The Natural Wealth and Resources Contracts (Review and Re-negotiation of Unconscionable Terms) Act of Tanzania goes on to spell out the expected role of Parliament in the finalization and oversight of any contracts relating to natural resources.
This Act gives Parliament the mantle to review and make recommendations of existing contracts and the terms being negotiated in any current contracts prior to finalization.
Any terms which are found to be unfair or likely to jeopardize the interests of the country will be referred for re-negotiation or alternatively be expunged if they cannot be renegotiated.
Whilst the review of contracts can bring about great apprehension to existing companies, it should be viewed by the industry as an opportunity to address and level issues that currently poses serious political and social risk to business interest.
As discussed above, tensions have been steadily been rising over socio-economic issues in the mining sector.

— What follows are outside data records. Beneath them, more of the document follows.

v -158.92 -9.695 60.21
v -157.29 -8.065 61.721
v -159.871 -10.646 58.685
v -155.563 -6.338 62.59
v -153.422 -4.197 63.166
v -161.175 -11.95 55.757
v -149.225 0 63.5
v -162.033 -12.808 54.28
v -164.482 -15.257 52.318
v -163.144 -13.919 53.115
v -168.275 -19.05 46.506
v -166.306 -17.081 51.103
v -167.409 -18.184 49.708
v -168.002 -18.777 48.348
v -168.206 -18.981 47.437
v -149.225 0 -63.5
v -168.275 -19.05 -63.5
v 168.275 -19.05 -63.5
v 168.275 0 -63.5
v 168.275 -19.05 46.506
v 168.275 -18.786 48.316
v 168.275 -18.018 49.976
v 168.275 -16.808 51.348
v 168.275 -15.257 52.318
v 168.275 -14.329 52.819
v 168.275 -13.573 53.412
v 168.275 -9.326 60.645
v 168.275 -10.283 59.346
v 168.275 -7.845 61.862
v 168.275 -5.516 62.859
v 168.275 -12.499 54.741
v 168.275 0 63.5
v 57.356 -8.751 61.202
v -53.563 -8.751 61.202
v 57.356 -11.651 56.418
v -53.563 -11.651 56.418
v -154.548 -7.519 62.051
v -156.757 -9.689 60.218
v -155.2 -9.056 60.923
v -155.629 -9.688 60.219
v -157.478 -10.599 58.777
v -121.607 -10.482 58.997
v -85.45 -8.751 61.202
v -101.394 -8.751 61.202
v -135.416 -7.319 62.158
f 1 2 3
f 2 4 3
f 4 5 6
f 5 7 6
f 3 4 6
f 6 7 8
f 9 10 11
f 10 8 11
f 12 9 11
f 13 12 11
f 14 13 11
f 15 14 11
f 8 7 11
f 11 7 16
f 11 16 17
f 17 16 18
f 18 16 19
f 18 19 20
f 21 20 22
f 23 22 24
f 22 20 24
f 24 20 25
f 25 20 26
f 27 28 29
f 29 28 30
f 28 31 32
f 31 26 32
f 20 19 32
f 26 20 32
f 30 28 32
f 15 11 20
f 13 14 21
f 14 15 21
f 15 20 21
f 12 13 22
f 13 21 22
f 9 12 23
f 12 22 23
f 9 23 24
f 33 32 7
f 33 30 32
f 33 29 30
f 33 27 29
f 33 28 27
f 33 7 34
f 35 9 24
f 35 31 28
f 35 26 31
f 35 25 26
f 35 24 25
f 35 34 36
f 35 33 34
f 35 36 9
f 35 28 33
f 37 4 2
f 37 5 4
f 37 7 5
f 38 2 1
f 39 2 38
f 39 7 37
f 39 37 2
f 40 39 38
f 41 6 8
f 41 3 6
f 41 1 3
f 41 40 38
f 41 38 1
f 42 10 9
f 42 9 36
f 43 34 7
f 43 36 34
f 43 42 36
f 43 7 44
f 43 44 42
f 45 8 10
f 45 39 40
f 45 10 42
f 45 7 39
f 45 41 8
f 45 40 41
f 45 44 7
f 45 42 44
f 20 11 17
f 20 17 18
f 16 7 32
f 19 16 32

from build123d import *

# Parameters (mm, degrees)
F0_W     = 336.55
F0_H     = 127
F1_DEPTH = 19.05
F3_DEPTH = 336.551
F5_DEPTH = 127.0010001


with BuildPart() as f1:
    # F0 (on Front) → F1 (new body)
    with BuildSketch(Plane.XZ):
        Rectangle(F0_W, F0_H)
    extrude(amount=F1_DEPTH)

    # F2 (on face) → F3 (cut, through all)
    with BuildSketch(Plane.YZ.offset(168.275)):
        with BuildLine():
            add(Edge.make_bspline(
                [(0, 63.5), (-13.8609133718, 63.5), (-9.1129885479, 55.0204556119), (-15.256598862, 52.3182653746)],
                knots=[0, 0, 0, 0, 19.4568359991, 19.4568359991, 19.4568359991, 19.4568359991], degree=3))
            Line((0, 63.5), (-19.05, 63.5))
            Line((-19.05, 63.5), (-19.05, 51.528967917))
            add(Edge.make_bspline(
                [(-15.256598862, 52.3182653746), (-16.2172018341, 51.8957561593), (-17.4440793365, 51.6144907855), (-19.05, 51.528967917)],
                knots=[19.4568359991, 19.4568359991, 19.4568359991, 19.4568359991, 22.4990690726, 22.4990690726, 22.4990690726, 22.4990690726], degree=3))
        make_face()
        with BuildLine():
            ThreePointArc((-19.05, 46.505666794), (-18.0177487141, 49.976120455), (-15.256598862, 52.3182653746))
            add(Edge.make_bspline(
                [(-15.256598862, 52.3182653746), (-16.2172018341, 51.8957561593), (-17.4440793365, 51.6144907855), (-19.05, 51.528967917)],
                knots=[19.4568359991, 19.4568359991, 19.4568359991, 19.4568359991, 22.4990690726, 22.4990690726, 22.4990690726, 22.4990690726], degree=3))
            Line((-19.05, 51.528967917), (-19.05, 46.505666794))
        make_face()
    extrude(amount=-F3_DEPTH, mode=Mode.SUBTRACT)

    # F4 (on face) → F5 (cut, through all)
    with BuildSketch(Plane(origin=(0, 0, -63.5), x_dir=(1, 0, 0), z_dir=(0, 0, -1))):
        Polygon((-149.225, 0), (-168.275, 19.05), (-168.275, 0), align=None)
    extrude(amount=-F5_DEPTH, mode=Mode.SUBTRACT)


solid = f1.part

Thus, while there is sound international jurisprudence for insulation against material variations that fundamentally alter the rights and obligations within contracts, it is not prudent to refuse good faith re-negotiations because it merely escalates political, social and economic risk to commercial interest.

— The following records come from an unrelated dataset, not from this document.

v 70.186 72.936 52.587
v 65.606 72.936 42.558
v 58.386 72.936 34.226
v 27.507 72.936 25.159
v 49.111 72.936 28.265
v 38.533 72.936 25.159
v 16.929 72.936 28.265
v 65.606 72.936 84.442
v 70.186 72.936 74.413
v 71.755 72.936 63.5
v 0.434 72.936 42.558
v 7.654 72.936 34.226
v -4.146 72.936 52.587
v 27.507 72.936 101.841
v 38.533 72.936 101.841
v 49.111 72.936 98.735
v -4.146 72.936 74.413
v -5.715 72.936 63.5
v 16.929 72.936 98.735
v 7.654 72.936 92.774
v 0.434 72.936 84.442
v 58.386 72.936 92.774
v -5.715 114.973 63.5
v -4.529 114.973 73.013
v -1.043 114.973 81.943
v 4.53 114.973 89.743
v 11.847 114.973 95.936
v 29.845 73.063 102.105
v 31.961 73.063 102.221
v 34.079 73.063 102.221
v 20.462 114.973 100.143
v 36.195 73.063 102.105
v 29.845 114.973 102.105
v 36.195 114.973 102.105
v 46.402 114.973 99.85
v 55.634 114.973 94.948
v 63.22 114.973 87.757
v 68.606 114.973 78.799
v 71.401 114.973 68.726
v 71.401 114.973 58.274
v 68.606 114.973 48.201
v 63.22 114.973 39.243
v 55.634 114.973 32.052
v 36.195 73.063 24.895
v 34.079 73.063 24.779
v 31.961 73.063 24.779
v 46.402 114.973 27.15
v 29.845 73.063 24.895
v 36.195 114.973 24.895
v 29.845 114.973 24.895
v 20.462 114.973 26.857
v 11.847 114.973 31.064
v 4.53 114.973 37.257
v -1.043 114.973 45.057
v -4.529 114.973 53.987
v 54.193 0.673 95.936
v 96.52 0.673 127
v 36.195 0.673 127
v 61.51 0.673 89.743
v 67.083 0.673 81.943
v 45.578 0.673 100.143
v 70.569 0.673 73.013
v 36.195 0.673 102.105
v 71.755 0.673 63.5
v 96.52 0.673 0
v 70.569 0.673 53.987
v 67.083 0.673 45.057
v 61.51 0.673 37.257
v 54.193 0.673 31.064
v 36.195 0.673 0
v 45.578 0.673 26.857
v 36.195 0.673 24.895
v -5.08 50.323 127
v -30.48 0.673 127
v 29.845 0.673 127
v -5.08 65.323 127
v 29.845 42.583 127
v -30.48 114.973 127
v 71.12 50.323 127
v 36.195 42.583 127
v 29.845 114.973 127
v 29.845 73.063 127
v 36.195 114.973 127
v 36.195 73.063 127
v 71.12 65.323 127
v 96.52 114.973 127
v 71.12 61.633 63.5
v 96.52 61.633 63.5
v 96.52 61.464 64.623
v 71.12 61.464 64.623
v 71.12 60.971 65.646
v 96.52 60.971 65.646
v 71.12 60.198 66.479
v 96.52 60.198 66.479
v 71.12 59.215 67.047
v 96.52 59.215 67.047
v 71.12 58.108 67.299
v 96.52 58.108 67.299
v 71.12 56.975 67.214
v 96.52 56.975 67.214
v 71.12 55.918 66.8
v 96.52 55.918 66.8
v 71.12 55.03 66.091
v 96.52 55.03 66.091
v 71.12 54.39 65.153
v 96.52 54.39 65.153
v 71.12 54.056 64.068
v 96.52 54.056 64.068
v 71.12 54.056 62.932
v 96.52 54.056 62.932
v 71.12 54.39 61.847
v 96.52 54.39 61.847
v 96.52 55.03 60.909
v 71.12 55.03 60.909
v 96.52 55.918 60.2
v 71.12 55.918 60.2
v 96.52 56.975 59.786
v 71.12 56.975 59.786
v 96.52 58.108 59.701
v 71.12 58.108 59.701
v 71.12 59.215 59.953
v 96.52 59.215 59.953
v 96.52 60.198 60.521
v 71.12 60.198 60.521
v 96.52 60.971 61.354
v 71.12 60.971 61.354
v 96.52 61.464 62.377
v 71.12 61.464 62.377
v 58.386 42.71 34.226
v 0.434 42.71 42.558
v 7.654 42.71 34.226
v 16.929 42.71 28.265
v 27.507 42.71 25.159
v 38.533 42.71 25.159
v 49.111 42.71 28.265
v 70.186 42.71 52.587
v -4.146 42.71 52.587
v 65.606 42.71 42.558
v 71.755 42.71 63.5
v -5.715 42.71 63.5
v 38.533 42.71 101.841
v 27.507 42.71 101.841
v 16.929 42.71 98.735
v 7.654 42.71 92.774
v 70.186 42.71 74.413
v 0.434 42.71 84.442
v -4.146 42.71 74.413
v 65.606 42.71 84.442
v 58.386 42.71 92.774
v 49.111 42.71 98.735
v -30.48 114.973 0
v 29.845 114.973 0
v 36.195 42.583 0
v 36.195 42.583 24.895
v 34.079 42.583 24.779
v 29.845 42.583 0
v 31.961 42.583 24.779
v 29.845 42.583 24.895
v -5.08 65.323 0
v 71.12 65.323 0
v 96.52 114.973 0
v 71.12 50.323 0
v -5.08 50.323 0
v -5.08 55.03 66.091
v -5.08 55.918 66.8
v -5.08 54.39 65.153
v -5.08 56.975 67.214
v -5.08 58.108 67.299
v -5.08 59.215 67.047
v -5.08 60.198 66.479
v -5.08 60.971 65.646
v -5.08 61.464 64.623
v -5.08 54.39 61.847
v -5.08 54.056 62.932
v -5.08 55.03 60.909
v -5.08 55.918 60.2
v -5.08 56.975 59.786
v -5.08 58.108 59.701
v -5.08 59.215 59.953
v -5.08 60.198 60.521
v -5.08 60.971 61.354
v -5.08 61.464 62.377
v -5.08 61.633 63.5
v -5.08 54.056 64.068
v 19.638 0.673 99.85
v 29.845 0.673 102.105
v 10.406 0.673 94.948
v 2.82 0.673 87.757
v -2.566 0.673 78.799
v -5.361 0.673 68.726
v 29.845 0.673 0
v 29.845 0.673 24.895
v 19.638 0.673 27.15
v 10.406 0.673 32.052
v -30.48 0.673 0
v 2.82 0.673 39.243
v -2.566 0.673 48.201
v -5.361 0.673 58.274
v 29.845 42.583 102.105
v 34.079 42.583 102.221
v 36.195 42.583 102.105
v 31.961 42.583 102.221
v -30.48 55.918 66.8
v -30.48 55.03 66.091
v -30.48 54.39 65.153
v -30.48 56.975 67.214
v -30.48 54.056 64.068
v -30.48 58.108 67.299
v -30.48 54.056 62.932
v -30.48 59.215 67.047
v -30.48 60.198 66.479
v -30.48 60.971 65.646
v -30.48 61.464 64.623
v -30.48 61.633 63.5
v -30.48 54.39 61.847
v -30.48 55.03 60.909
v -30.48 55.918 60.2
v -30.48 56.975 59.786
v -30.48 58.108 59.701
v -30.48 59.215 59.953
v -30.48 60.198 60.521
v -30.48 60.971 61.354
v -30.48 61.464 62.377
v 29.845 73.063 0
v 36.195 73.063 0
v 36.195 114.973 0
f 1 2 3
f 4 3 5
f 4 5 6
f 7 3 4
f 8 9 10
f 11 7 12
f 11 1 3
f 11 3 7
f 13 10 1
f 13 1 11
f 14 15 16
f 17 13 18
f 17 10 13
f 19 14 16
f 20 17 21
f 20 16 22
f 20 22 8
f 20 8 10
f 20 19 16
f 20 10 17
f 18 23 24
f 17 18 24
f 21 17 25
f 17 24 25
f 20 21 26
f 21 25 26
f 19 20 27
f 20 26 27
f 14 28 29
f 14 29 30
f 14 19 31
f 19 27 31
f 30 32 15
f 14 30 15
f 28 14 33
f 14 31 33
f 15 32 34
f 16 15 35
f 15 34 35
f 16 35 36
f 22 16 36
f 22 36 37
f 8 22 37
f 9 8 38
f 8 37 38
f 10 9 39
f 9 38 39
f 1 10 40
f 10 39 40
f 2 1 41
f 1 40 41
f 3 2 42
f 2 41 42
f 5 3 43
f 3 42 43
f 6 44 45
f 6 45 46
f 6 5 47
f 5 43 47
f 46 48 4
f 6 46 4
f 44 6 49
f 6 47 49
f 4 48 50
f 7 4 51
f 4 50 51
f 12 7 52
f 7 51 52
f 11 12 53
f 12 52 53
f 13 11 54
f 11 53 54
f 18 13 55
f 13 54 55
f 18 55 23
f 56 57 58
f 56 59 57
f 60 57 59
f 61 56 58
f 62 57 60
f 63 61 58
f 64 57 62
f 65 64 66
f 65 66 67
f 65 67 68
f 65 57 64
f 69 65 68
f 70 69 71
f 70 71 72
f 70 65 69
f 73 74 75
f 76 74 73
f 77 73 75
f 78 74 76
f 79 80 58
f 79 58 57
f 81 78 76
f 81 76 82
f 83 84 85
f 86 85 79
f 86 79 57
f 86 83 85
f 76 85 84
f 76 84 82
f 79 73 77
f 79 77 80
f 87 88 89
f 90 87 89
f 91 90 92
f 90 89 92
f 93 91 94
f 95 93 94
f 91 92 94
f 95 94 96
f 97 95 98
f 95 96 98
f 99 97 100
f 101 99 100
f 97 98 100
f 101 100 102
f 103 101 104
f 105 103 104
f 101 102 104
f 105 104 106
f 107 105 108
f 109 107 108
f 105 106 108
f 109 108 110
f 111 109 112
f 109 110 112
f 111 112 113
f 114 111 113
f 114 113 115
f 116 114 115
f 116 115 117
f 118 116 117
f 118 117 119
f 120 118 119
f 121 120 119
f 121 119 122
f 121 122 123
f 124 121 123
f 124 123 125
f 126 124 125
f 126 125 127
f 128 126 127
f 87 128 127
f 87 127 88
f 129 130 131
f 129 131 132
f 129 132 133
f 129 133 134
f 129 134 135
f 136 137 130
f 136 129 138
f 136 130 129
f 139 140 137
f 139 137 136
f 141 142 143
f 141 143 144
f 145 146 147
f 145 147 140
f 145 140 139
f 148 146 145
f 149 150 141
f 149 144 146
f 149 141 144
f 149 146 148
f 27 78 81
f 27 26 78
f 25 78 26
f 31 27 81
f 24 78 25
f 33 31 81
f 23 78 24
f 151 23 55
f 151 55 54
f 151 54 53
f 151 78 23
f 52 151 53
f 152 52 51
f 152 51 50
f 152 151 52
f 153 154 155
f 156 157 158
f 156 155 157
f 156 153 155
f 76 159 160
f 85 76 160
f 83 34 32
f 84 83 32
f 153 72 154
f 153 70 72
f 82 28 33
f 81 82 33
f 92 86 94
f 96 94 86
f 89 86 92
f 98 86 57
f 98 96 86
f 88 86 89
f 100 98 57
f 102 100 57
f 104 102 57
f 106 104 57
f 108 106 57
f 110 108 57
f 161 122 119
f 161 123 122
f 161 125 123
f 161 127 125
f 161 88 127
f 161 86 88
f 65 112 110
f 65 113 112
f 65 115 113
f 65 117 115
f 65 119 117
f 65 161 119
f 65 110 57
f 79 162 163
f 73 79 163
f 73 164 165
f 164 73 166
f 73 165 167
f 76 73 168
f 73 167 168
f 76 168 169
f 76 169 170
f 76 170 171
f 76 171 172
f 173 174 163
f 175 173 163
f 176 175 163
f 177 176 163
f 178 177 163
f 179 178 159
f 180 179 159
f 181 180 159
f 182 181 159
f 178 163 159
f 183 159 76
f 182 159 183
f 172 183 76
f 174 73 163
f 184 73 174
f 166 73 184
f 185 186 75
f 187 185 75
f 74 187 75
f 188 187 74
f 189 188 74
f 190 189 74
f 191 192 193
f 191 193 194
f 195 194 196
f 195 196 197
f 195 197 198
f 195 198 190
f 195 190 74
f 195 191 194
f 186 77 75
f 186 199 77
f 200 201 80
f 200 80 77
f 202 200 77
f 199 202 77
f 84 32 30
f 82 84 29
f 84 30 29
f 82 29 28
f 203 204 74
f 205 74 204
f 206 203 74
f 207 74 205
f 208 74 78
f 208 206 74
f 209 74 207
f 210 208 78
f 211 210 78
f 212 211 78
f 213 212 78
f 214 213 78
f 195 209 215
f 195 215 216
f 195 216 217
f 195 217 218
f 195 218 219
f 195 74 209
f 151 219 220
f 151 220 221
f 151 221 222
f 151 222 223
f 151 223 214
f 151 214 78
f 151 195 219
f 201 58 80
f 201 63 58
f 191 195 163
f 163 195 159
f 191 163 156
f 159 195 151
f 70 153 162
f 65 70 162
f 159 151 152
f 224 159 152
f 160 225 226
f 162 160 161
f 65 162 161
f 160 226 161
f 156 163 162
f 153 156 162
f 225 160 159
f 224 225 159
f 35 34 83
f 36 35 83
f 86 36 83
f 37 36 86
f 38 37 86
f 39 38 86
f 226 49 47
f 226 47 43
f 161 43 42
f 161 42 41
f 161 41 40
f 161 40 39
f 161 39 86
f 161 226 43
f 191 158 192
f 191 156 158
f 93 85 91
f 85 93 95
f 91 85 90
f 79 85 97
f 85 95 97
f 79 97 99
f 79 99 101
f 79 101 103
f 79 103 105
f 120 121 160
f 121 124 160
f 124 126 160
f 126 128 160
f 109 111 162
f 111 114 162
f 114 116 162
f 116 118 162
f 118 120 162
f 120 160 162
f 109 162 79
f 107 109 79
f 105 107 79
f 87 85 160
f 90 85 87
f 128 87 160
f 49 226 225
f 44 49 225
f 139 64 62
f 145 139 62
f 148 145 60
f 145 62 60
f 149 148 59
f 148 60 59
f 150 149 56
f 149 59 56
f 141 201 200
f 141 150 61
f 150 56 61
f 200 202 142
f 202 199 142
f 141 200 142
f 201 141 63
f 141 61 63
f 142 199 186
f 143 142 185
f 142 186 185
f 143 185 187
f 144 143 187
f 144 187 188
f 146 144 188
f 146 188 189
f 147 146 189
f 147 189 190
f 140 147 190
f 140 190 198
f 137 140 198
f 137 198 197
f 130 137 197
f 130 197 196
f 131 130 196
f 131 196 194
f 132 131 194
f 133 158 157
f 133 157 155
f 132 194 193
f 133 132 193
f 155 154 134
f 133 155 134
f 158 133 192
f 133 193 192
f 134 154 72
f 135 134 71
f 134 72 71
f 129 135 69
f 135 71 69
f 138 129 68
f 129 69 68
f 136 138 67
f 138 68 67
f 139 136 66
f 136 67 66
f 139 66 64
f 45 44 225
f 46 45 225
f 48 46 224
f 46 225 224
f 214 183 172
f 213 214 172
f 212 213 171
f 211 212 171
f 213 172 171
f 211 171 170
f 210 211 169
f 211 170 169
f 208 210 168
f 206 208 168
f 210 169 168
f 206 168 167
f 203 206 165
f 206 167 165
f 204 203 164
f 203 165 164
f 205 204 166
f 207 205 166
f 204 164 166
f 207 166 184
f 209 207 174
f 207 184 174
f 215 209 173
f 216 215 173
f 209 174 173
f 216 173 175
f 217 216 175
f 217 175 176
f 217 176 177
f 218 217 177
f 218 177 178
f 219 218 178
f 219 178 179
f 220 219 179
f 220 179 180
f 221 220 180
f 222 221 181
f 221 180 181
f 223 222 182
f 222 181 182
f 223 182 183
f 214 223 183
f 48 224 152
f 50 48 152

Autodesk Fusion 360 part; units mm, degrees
sketch "Sketch1" plane through (0, 0, 0) normal (0, 0, 1) x (1, 0, 0)
  line L0 (-30.48, 114.973) -> (96.52, 114.973)
  line L1 (96.52, 114.973) -> (96.52, 0.673)
  line L2 (96.52, 0.673) -> (-30.48, 0.673)
  line L3 (-30.48, 0.673) -> (-30.48, 114.973)
  line L4 (-5.08, 65.323) -> (71.12, 65.323)
  line L5 (71.12, 65.323) -> (71.12, 50.323)
  line L6 (71.12, 50.323) -> (-5.08, 50.323)
  line L7 (-5.08, 50.323) -> (-5.08, 65.323)
  line L8 (29.845, 114.973) -> (36.195, 114.973)
  line L9 (36.195, 114.973) -> (36.195, 73.063)
  line L10 (36.195, 73.063) -> (29.845, 73.063)
  line L11 (29.845, 73.063) -> (29.845, 114.973)
  line L12 (29.845, 0.673) -> (36.195, 0.673)
  line L13 (36.195, 0.673) -> (36.195, 42.583)
  line L14 (36.195, 42.583) -> (29.845, 42.583)
  line L15 (29.845, 42.583) -> (29.845, 0.673)
  dimension "d1" = 114.3
  dimension "d2" = 127
  dimension "d3" = 15
  dimension "d4" = 76.2
  dimension "d5" = 25.4
  dimension "d8" = 49.65
  dimension "d9" = 6.35
  dimension "d10" = 60.325
  dimension "d11" = 41.91
  dimension "d12" = 41.91
  dimension "d13" = 60.325
  dimension "d14" = 6.35
extrude "Extrude1" add sketch "Sketch1" along normal blind 127 contours L0 L1 L2 L3 L9 L10 L11 L13 L14 L15
sketch "Sketch2" plane through (0, 0.673, 0) normal (0, -1, 0) x (1, 0, 0)
  line L0 (-30.48, 0) -> (29.845, 0)
  line L1 (29.845, 0) -> (29.845, 127)
  line L2 (29.845, 127) -> (-30.48, 127)
  line L3 (-30.48, 127) -> (-30.48, 0)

It is important for governments not to wield such powers in a manner that undermines the stability of the sector.
Such powers should not become a tool of selective application and opportunism by governments, any issue that requires re-negotiation must be executed in according to the principals of fairness, certainty, uniformity and with the good faith.
The ethos behind the power should be to reorganize the industry for long term viability and not for short term revenue opportunities. Indeed, this is where most states have failed, the mining sector has in some instances been utilized to answer short to medium terms problems.
This has weakened the ability of governments to provide stable and certain environments because the regulatory framework is constantly changing in response to commodity prices and immediate fiscal pressures.
It is important for any mineral resource regulatory framework to visualize and define the industry in terms of the nations long term goals, this will produce a stable foundation that can adequately balance current and future needs and cater for commercial stability.
The position taken by Tanzania to allow the disclosure of mineral resources contracts is an important first step in avoiding the sadly common fate and damaging history of bad deals in mineral rich countries. It promotes accountability and reinforces governance mechanisms that are inclusive.
Encouraging the proactive participation of Parliament presents the strongest surety in ensuring that public interest is effectively defined and represented in the running of the mining sector.
This does not mean that other initiatives for accountability are less important, these should promoted and continue to be entrenched with the backing of public and private resources.
However, giving an additional arm of the state the space to oversee the mandate over mineral resources widens the pool of ideas that influences the sector and ensures that the primary duty of prioritizing national interest is achieved.